Summary of major changes in 2024

  • The National Council, the first chamber of the Swiss parliament, debated the future FDI Act in its session on September 17, 2024.
  • Among the issues under debate was extension of scope. Contrary to the Federal Council's proposal, the future FDI Act should apply not only to state-controlled investors but to all foreign investors.
  • In addition to public order and security, the supply of essential goods and services was included as a protected interest.
  • The National Council granted the Federal Council more discretion to subject additional companies to the approval requirement if needed.
  • The decisions of the National Council go significantly beyond the Federal Council's original proposal, which envisaged a rather restrained FDI regime by international standards.
  • The deliberation regarding the future FDI Act in the Council of States, the second chamber of the Swiss Parliament, is scheduled for the spring session of 2025.
  • It is important to note that this legislation is still in the process of being debated and has not yet been finalized. The final version of the future FDI Act is expected to come into force in 2026 at the earliest.

Who files?

While there is currently no general FDI regime in Switzerland, under the sector-specific regulations no specific types of foreign investors are covered. In particular, there is currently no specific legislation covering state-owned entities and sovereign wealth funds.

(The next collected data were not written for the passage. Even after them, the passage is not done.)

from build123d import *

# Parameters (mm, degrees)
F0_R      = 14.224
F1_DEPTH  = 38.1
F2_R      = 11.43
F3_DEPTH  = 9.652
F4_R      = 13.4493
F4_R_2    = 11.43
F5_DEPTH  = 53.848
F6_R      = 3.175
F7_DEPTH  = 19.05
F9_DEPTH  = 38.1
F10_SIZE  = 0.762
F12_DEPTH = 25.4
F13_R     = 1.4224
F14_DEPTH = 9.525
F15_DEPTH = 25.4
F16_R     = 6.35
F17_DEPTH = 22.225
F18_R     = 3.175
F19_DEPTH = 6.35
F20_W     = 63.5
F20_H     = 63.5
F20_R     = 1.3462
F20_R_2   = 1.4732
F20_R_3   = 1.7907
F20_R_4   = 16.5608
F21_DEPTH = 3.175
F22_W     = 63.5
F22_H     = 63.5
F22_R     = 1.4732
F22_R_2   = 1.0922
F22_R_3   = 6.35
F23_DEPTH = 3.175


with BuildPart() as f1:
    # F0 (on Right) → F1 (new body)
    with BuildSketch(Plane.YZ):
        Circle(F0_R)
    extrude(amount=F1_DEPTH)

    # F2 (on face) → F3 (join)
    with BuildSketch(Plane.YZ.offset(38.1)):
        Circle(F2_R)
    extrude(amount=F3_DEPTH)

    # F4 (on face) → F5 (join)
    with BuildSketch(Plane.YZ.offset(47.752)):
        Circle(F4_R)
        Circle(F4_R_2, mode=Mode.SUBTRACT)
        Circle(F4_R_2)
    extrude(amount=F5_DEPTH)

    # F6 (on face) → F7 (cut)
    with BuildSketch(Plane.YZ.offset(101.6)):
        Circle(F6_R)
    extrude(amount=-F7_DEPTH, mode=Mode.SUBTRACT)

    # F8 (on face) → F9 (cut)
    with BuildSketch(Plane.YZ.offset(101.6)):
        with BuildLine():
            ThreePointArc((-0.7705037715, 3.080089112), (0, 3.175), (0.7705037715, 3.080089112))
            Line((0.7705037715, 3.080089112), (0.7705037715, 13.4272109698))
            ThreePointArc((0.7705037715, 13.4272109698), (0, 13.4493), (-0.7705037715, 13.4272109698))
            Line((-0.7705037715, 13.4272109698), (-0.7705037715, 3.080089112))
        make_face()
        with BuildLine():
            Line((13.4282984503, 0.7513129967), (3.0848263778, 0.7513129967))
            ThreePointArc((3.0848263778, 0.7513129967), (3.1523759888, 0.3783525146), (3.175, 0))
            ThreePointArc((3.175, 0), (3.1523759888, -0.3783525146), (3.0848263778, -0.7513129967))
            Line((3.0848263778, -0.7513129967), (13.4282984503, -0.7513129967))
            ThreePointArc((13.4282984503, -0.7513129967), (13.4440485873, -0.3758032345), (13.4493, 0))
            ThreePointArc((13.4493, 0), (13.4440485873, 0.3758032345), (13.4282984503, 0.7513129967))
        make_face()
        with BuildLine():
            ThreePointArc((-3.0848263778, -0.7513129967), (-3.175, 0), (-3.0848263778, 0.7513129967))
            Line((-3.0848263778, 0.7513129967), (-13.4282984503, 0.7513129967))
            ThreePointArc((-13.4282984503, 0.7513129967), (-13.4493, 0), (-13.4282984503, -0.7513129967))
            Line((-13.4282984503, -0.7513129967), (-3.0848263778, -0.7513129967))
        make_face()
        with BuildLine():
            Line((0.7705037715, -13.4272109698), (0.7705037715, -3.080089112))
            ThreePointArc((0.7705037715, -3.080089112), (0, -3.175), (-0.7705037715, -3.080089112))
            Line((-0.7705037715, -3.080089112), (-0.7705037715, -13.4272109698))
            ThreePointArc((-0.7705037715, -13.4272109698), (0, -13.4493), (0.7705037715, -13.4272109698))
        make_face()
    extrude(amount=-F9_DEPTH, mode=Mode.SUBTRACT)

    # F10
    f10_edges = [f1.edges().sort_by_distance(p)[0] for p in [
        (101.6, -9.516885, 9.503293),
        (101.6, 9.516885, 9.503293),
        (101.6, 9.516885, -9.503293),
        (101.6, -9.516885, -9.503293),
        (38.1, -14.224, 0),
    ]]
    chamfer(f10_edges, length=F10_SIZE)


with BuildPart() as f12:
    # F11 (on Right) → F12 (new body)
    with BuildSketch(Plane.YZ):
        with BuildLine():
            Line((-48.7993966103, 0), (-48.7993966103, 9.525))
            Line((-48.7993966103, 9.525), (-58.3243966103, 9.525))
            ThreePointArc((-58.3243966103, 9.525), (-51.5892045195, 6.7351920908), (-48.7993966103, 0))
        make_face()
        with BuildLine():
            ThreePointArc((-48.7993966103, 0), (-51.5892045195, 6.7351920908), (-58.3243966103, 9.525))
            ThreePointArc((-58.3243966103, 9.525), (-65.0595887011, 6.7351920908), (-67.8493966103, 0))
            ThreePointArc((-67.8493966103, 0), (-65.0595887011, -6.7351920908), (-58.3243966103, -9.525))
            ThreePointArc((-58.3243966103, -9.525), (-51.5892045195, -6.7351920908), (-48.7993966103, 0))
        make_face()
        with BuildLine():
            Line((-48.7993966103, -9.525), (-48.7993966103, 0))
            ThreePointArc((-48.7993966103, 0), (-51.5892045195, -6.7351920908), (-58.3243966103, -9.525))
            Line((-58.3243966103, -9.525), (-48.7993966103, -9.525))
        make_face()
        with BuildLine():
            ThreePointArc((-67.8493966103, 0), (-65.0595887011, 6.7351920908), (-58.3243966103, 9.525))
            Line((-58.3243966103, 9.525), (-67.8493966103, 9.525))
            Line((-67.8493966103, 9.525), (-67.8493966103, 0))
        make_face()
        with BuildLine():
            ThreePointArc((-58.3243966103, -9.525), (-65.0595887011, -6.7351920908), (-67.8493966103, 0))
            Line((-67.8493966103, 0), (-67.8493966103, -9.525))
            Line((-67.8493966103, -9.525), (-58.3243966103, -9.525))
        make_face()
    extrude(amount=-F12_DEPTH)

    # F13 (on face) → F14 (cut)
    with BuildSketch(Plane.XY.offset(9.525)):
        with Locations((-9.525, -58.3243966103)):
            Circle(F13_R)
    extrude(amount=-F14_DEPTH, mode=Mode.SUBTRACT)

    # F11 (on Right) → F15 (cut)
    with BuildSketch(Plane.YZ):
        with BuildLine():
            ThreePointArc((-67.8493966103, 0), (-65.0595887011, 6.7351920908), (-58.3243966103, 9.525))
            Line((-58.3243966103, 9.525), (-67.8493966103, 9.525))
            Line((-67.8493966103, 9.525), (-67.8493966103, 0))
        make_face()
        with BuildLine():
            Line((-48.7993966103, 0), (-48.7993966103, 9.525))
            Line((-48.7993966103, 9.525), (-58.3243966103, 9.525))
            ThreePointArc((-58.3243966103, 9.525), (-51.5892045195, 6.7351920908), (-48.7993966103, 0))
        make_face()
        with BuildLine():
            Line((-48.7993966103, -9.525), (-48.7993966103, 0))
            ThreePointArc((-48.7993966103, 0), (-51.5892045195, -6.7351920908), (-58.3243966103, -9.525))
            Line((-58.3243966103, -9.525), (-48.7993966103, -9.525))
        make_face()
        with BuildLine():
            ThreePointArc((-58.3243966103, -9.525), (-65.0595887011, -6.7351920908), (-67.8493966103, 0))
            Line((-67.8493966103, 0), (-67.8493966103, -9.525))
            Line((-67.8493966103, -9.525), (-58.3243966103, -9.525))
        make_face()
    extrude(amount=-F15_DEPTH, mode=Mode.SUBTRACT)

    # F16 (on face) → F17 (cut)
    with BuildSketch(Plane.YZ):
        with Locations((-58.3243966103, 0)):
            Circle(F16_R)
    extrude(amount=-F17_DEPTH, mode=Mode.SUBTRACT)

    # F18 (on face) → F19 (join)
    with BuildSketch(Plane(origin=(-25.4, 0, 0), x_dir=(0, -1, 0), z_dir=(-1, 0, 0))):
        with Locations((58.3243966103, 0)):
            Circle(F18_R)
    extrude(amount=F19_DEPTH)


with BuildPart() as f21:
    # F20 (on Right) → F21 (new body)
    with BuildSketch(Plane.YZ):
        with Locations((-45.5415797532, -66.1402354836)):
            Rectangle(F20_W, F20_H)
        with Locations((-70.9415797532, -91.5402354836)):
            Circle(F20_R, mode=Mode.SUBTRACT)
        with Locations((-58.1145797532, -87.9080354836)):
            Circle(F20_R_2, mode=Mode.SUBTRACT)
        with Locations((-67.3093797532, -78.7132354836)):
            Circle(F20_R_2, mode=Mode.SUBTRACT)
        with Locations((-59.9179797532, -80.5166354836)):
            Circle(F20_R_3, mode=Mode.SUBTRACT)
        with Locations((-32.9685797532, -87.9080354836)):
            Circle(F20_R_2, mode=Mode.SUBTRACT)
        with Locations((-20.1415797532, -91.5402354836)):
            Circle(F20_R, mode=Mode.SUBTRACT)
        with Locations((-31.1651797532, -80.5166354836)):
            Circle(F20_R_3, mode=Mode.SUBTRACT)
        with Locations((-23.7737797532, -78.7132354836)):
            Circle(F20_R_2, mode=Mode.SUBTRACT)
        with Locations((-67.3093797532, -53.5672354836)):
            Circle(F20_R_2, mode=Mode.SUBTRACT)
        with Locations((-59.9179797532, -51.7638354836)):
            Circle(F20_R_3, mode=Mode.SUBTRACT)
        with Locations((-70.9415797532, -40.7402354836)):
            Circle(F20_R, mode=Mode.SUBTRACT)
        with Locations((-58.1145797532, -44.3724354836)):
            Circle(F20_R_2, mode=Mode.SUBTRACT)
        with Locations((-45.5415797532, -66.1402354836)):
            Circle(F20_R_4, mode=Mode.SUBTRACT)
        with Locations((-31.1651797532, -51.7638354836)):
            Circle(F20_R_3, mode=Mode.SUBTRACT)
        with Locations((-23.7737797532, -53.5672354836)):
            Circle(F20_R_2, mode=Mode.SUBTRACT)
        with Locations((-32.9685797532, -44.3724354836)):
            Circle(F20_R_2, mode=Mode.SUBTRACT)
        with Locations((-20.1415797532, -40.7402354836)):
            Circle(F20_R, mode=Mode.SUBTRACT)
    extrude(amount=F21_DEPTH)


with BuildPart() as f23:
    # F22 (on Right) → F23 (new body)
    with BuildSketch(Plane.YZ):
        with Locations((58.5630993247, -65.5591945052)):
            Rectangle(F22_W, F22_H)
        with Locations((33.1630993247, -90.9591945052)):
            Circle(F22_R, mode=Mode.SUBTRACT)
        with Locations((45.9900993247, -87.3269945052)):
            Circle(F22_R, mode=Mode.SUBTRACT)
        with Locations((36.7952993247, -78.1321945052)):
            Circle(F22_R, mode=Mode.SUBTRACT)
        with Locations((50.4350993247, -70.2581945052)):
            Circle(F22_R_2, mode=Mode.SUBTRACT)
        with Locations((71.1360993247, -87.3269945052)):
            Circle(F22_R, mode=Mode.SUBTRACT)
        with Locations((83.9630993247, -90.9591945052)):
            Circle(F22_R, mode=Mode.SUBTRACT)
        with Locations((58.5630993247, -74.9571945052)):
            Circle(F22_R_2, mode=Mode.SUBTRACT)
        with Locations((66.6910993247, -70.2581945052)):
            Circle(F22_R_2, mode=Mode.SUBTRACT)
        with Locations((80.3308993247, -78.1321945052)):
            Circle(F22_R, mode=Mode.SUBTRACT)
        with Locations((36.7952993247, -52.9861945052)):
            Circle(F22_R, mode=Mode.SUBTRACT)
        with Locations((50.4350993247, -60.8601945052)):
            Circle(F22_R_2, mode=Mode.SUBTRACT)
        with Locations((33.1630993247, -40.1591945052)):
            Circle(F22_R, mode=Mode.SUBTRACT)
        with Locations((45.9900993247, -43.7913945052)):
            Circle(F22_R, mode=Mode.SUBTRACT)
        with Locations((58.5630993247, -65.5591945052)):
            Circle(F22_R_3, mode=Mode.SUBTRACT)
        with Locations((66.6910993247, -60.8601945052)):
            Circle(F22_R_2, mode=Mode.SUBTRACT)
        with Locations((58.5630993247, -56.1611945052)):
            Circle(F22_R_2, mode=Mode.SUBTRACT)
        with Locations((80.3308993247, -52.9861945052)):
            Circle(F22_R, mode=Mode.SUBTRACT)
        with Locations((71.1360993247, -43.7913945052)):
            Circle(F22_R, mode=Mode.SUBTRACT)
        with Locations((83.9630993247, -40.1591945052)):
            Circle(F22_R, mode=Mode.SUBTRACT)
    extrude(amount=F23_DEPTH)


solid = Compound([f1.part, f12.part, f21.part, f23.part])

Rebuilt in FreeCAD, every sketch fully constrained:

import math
import FreeCAD as App
import Part
import Sketcher
from FreeCAD import Vector
Q = App.Units.Quantity


def edges_at(feature, points):
    """Names of the edges that pass closest to the given points."""
    edges = feature.Shape.Edges
    near = lambda p: min(range(len(edges)), key=lambda i: edges[i].distToShape(Part.Vertex(*p))[0])
    return sorted({f"Edge{near(p) + 1}" for p in points})

doc = App.newDocument("Part")
body = doc.addObject("PartDesign::Body", "Body")

sketch1 = body.newObject("Sketcher::SketchObject", "Sketch")
sketch1.AttachmentSupport = (doc.getObject("YZ_Plane"), [""])
sketch1.MapMode = "FlatFace"
sketch1.addGeometry(Part.Circle(Vector(0, 0, 0), Vector(0, 0, 1), 14.224), False)
sketch1.addConstraint(Sketcher.Constraint("Coincident", 0, 3, -1, 1))
sketch1.addConstraint(Sketcher.Constraint("Diameter", 0, Q("1.12 in")))
pad1 = body.newObject("PartDesign::Pad", "Pad")
pad1.Profile = sketch1
pad1.Length = Q("1.5 in")

sketch2 = body.newObject("Sketcher::SketchObject", "Sketch001")
sketch2.AttachmentSupport = (doc.getObject("YZ_Plane"), [""])
sketch2.MapMode = "FlatFace"
sketch2.AttachmentOffset = App.Placement(Vector(0, 0, 1.5 * 25.4), App.Rotation())
sketch2.addGeometry(Part.Circle(Vector(0, 0, 0), Vector(0, 0, 1), 11.43), False)
sketch2.addConstraint(Sketcher.Constraint("Coincident", 0, 3, -1, 1))
sketch2.addConstraint(Sketcher.Constraint("Diameter", 0, Q("0.9 in")))
pad2 = body.newObject("PartDesign::Pad", "Pad001")
pad2.Profile = sketch2
pad2.Length = Q("0.38 in")

sketch3 = body.newObject("Sketcher::SketchObject", "Sketch002")
sketch3.AttachmentSupport = (doc.getObject("YZ_Plane"), [""])
sketch3.MapMode = "FlatFace"
sketch3.AttachmentOffset = App.Placement(Vector(0, 0, 1.88 * 25.4), App.Rotation())
sketch3.addGeometry(Part.Circle(Vector(0, 0, 0), Vector(0, 0, 1), 13.4493), False)
sketch3.addConstraint(Sketcher.Constraint("Coincident", 0, 3, -1, 1))
sketch3.addConstraint(Sketcher.Constraint("Diameter", 0, Q("1.059 in")))
pad3 = body.newObject("PartDesign::Pad", "Pad002")
pad3.Profile = sketch3
pad3.Length = Q("2.12 in")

In certain business sectors, government licensing conditions include specific requirements regarding foreign investors, while the licensing conditions in other business sectors do not specifically differentiate between foreign and domestic applicants and investors.

In the case of banks and securities dealers, "foreigners" are covered. With respect to real estate in particular, foreign individuals or companies, and Swiss nationals buying real estate as a proxy of foreigners, are covered by the legislation.

Types of deals reviewed

While there is currently no general FDI regime in Switzerland, sector-specific regulations relevant to foreign investors apply in numerous sectors and industries.

Business sectors with specific licensing requirements for foreign investors include: banks and securities dealers; real estate; radio and television; telecommunications; nuclear energy; and aviation.

Business sectors subject to licensing without explicit licensing requirements for foreign investors include: financial industry and insurance (other than banks and securities dealers); casinos and gambling; defense; postal services; commercial shipping vessels; power and gas installations; and railways.

In addition, a number of companies that provide key critical infrastructure are owned or controlled by federal, cantonal or local agencies. The agencies may exercise a de facto foreign and domestic investment control with respect to these companies.

Scope of the review

As there is currently no general FDI regime in Switzerland, the scope of application of the FDI regime currently depends on the specific industry or sector, and the respective laws and regulations of that sector have to be considered.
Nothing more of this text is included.